Diese Website ist mein Abschlussprojekt für Harvards CS50 und zugleich die Plattform, auf der meine künftigen Software-Projekte präsentiert werden sollen. Sie ist vollständig selbst entwickelt: Flask und SQLite im Backend, Jinja2-Templates, handgeschriebenes CSS und HTML im Frontend. Alle Inhalte kommen aus der Datenbank, sodass die Seite mit jedem neuen Projekt wächst, ohne dass sich an der Struktur etwas ändert.
Diese Website ist als Abschlussprojekt des Harvard-Kurses CS50 „Introduction to Computer Science" entstanden und markiert den Startpunkt meiner Reise als Software-Entwickler. Der Wunsch, in die Software-Entwicklung einzusteigen, begleitet mich schon seit meiner Studienzeit und so war CS50 der erste und entscheidende Schritt. Schnell war klar, dass ich einen Ort brauche, an dem ich meine Projekte öffentlich zeigen und erklären kann: sei es zur Akquise weiterer Projekte oder um bei Recruitern Aufmerksamkeit zu wecken. Das langfristige Ziel ist ein eigenes, gebootstrapptes Software-Produkt — und diese Seite dokumentiert den Weg dorthin.

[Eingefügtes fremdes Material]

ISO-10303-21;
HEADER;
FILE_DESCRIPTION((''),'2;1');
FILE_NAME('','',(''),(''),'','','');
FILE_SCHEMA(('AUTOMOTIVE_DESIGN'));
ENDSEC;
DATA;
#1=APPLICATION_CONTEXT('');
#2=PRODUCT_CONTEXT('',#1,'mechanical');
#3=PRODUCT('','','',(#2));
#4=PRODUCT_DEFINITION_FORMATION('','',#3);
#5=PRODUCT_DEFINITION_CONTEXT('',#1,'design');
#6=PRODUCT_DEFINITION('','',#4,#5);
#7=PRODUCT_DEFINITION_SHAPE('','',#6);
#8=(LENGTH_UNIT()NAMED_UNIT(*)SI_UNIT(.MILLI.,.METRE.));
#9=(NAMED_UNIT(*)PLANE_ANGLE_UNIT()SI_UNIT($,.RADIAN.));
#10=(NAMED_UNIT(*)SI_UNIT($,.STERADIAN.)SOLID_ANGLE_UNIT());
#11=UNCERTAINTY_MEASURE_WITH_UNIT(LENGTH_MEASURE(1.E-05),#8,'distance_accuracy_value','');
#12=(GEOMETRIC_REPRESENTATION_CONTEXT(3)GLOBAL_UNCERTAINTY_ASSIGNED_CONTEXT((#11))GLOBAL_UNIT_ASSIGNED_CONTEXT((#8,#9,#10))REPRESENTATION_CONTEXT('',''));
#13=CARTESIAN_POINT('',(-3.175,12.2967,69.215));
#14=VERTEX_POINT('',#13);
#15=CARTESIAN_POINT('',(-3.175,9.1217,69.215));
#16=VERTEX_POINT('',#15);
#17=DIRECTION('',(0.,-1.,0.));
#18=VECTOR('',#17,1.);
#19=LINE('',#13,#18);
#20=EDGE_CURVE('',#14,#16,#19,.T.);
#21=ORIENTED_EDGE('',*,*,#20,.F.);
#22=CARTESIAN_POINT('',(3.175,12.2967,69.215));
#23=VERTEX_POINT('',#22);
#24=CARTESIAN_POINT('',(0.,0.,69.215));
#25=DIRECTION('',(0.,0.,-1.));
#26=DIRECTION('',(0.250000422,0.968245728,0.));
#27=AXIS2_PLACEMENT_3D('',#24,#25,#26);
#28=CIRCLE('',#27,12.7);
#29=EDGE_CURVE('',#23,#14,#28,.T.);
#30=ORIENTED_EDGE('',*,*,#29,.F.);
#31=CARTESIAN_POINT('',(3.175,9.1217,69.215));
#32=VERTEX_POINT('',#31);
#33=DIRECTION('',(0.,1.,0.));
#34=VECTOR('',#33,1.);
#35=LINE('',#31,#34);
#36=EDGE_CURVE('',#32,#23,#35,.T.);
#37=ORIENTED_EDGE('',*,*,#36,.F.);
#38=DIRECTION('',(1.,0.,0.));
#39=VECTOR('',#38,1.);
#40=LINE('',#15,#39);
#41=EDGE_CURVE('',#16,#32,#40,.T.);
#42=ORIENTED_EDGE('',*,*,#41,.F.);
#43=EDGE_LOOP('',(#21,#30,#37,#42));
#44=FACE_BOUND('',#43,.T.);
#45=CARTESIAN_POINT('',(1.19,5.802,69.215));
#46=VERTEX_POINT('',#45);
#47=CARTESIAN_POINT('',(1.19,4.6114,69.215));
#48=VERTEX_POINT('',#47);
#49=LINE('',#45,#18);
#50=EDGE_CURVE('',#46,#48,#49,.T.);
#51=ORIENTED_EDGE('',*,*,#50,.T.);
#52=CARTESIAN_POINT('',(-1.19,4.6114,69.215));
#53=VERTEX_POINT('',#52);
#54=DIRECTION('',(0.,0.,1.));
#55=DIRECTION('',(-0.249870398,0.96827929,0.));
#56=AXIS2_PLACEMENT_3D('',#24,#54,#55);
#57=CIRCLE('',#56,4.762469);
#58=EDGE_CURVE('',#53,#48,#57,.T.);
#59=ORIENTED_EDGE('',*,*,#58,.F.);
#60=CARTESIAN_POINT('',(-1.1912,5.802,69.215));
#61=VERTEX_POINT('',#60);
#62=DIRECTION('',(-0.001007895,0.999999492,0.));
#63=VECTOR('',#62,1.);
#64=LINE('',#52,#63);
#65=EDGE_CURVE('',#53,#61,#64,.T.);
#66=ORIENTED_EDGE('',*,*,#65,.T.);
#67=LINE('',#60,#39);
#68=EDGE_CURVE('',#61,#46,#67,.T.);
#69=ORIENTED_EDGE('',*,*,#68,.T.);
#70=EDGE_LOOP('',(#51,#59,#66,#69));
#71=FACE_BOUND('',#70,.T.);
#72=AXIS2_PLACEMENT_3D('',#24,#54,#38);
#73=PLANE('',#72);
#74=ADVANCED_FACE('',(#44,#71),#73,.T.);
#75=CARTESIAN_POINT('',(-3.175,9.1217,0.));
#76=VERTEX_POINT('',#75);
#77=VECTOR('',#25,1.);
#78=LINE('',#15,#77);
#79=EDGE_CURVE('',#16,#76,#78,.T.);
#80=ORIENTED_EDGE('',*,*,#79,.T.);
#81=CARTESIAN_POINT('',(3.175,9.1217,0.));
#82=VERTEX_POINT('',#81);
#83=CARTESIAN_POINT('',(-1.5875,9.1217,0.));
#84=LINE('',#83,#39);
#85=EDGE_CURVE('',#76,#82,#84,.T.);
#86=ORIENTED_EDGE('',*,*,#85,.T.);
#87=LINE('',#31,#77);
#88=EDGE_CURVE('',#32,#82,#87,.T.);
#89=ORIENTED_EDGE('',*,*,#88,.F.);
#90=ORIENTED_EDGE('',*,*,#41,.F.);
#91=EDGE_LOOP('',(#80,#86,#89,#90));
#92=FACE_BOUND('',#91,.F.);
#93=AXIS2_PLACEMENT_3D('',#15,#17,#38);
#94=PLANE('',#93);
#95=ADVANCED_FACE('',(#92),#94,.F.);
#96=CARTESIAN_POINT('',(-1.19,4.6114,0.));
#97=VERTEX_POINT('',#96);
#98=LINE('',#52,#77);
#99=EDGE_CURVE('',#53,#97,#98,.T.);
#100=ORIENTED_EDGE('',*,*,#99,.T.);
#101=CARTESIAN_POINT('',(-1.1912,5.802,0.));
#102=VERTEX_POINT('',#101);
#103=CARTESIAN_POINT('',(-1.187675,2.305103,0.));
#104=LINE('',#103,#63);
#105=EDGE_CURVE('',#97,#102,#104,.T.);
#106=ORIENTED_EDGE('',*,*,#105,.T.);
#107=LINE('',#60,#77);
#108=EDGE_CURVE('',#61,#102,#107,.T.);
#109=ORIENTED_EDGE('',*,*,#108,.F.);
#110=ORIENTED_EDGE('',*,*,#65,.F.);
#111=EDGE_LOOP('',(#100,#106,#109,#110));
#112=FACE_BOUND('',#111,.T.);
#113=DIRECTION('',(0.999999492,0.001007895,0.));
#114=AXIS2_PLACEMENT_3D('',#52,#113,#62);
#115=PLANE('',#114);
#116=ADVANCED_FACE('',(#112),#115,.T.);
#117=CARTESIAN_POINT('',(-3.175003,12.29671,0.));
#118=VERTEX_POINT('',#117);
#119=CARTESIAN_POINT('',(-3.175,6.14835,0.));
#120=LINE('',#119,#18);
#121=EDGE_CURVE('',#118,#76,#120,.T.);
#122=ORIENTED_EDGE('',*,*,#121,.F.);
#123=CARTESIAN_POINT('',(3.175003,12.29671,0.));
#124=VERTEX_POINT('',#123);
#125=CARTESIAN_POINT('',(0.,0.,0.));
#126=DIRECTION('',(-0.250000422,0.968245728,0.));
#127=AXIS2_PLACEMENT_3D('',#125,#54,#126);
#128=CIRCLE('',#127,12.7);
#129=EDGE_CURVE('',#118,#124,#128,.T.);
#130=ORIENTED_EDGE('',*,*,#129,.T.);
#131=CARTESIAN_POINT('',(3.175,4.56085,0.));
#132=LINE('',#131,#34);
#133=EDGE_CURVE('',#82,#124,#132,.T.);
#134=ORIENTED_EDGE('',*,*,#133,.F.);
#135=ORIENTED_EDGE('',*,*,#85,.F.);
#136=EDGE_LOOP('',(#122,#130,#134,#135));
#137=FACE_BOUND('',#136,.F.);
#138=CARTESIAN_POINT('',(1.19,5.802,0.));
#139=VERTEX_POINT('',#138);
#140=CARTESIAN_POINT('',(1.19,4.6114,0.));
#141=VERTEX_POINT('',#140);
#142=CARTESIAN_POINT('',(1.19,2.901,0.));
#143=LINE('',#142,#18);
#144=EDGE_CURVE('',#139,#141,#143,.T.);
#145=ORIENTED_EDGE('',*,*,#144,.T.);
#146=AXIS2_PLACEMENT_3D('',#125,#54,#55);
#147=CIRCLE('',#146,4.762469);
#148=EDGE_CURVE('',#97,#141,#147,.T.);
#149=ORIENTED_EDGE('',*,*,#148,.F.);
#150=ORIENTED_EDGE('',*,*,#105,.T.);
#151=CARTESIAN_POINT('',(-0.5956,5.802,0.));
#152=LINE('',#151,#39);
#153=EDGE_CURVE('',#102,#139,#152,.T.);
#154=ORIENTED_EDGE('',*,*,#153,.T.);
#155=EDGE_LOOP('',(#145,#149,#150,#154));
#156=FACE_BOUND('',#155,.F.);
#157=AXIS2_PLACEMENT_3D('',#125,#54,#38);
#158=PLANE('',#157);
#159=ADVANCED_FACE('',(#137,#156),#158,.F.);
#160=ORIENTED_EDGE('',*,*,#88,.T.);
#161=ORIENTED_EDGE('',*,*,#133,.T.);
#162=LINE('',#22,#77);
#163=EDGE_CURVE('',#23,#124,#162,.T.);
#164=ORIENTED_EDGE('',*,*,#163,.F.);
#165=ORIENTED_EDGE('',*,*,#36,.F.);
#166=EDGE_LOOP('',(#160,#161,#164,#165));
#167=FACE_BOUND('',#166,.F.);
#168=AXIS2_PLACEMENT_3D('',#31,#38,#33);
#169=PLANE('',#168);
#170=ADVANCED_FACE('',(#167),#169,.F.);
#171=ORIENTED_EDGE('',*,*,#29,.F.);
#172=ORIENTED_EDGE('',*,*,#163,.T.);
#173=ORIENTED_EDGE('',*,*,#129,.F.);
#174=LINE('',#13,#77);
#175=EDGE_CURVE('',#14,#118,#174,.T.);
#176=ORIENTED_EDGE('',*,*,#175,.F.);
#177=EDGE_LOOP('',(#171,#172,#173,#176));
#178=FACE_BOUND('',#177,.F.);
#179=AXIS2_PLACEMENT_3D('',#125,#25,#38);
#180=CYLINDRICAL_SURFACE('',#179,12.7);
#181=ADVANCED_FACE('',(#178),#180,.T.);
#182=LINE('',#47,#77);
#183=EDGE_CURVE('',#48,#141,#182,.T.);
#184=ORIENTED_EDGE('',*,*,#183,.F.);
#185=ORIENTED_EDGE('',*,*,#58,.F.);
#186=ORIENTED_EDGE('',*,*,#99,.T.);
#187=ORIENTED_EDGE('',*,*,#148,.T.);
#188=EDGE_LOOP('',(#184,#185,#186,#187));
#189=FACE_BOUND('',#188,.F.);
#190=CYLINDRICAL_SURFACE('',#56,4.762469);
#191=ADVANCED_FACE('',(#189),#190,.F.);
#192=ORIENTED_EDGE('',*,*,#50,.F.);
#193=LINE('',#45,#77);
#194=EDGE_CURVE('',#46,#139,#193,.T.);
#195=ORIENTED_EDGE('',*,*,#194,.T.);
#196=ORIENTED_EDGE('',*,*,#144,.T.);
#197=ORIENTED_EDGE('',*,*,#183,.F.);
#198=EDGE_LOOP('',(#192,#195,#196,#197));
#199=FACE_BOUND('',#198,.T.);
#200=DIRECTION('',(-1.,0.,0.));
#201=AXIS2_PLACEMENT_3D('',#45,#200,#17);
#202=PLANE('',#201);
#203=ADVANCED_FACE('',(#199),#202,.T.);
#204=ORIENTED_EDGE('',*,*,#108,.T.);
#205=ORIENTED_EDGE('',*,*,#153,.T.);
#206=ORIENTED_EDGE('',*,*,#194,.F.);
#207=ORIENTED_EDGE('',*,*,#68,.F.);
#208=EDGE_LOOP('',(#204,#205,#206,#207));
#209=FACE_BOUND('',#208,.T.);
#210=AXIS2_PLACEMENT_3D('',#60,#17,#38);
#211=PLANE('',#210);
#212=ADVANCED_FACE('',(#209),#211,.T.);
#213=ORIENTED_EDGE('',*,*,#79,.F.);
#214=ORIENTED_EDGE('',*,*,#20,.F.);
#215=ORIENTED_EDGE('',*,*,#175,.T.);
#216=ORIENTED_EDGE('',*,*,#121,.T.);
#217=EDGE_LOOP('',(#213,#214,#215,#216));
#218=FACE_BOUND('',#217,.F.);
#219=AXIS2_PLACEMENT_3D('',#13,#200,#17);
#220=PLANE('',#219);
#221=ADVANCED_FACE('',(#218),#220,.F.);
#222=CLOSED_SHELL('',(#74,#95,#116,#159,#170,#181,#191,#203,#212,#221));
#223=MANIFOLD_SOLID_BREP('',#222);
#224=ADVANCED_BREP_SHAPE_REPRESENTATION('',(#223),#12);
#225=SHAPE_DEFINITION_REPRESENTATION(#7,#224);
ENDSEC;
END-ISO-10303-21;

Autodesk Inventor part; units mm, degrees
ref_plane "YZ Plane" through (0, 0, 0) normal (1, 0, 0) x (0, 1, 0)
ref_plane "XZ Plane" through (0, 0, 0) normal (0, 1, 0) x (-1, 0, 0)
ref_plane "XY Plane" through (0, 0, 0) normal (0, 0, 1) x (1, 0, 0)
sketch "Sketch1" plane through (0, 0, 0) normal (0, 0, 1) x (1, 0, 0)
  circle A0 centre (0, 0) radius 12.7
  dimension "d0" = 25.4
extrude "Extrusion1" add sketch "Sketch1" along normal blind 69.215
sketch "Sketch2" plane through (0, 0, 69.215) normal (0, 0, 1) x (1, 0, 0)
  circle A0 centre (0, 0) radius 12.7 projected
  line L0 (0, 0) -> (-3.6945, 0)
  line L1 (1.19, 5.802) -> (1.19, 4.6114)
  arc A1 (-1.19, 4.6114) -> (1.19, 4.6114) centre (0, 0) ccw
  line L2 (-1.19, 4.6114) -> (-1.1912, 4.6114)
  line L3 (-1.1912, 4.6114) -> (-1.1912, 5.802)
  line L4 (-1.1912, 5.802) -> (1.19, 5.802)
extrude "Extrusion2" cut sketch "Sketch2" against normal blind 69.469 contours L1 A1 L3 L4
sketch "Sketch3" plane through (0, 0, 69.215) normal (0, 0, 1) x (1, 0, 0)
  line L0 (-1.1912, 4.6114) -> (-1.1912, 5.802) projected
  circle A0 centre (0, 0) radius 12.7 projected
  line L1 (0, 0) -> (-3.175, 0)
  line L2 (-3.175, 12.2967) -> (-3.175, 9.1217)
  line L3 (-3.175, 9.1217) -> (3.175, 9.1217)
  line L4 (3.175, 9.1217) -> (3.175, 12.2967)
  dimension "d5" = 3.175
  dimension "d6" = 3.175
  dimension "d7" = 6.35
extrude "Extrusion3" cut sketch "Sketch3" against normal blind 69.469 contours L4 L3 L2 A0 picked at (-0.3561, 10.2995)
properties part number "winch insert" material "Aluminum 6061"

Das Backend basiert auf Flask. Ich habe bewusst ein Micro-Framework statt eines Full-Stack-Frameworks wie Django gewählt, um jede Schicht selbst aufzubauen und zu verstehen: Routing, Datenbankzugriff, Templating. Ein Framework, das diese Arbeit versteckt, hätte dem Lernziel widersprochen.
Als Datenbank kommt SQLite zum Einsatz, angebunden über Pythons natives sqlite3-Modul. Für eine Portfolio-Seite mit reinem Lese-Traffic ist eine dateibasierte Datenbank die passende Wahl. Kein Server, keine Konfiguration, keine Abhängigkeiten. Alle Queries sind parameterisiert, um SQL-Injection strukturell auszuschließen.
Das Datenmodell besteht aus zwei Tabellen (wie aus der untenstehenden Abbildung ersichtlich ist): projects hält die einheitlichen Metadaten jedes Projekts, sections die frei strukturierbaren Inhalte der Detailseiten. Die beiden Tabellen sind durch eine 1:n-Beziehung verknüpft. Ein Projekt kann damit beliebig viele Abschnitte haben oder gar keine. Neue Projekte und neue Inhalte entstehen so allein durch neue Datenbankeinträge, ohne dass sich an Templates oder Struktur etwas ändert.
Das Design folgt einem einfachen Prinzip: Der Inhalt steht im Vordergrund, alles andere tritt zurück. Eine monochromatische Palette auf dunklem Grund, großzügiger Whitespace, und eine klare visuelle Hierarchie ersetzen dekorative Elemente. Jedes Gestaltungsmittel muss eine Funktion erfüllen und was keine hat, fliegt raus.
Technisch ist das Designsystem über CSS Custom Properties aufgebaut: Farben, Schriften und Abstände sind als zentrale Tokens definiert, auf die alle Komponenten zugreifen. Eine Änderung an einer Stelle wirkt konsistent auf der gesamten Seite, was demselben Prinzip wie beim Datenmodell entspricht, nur auf Gestaltungsebene.
Bei der Typografie kombiniere ich IBM Plex Sans für Fließtext und IBM Plex Mono für Überschriften und technische Elemente. Beide Schriften sind aus Datenschutzgründen und für volle Kontrolle über das Ladeverhalten self-hosted eingebunden. Interaktive Elemente geben dezentes Feedback durch unterstreichende Hover-Effekte, die nicht ablenken.
Diese Seite ist bewusst als Anfang gebaut, nicht als Abschluss. Das Datenmodell ist darauf ausgelegt, mit jedem neuen Projekt zu wachsen, und genau das ist der Plan: Jedes Software-Projekt auf dem Weg zum eigenen Produkt wird hier dokumentiert.
Konkret geplant sind für diese Website als nächste Schritte ein geschützter Admin-Bereich, über den ich Inhalte direkt pflegen kann statt über Seed-Skripte, sowie kleinere Verbesserungen bei Barrierefreiheit und Bildverwaltung.
Größere Ideen und nächste Projekte lasse ich zum jetzigen Zeitpunkt bewusst offen.
Das Ziel dahinter bleibt dasselbe wie am Anfang beschrieben. Ein eigenes, gebootstrapptes Software-Produkt. Diese Seite wird zeigen, wie weit der Weg dorthin schon ist.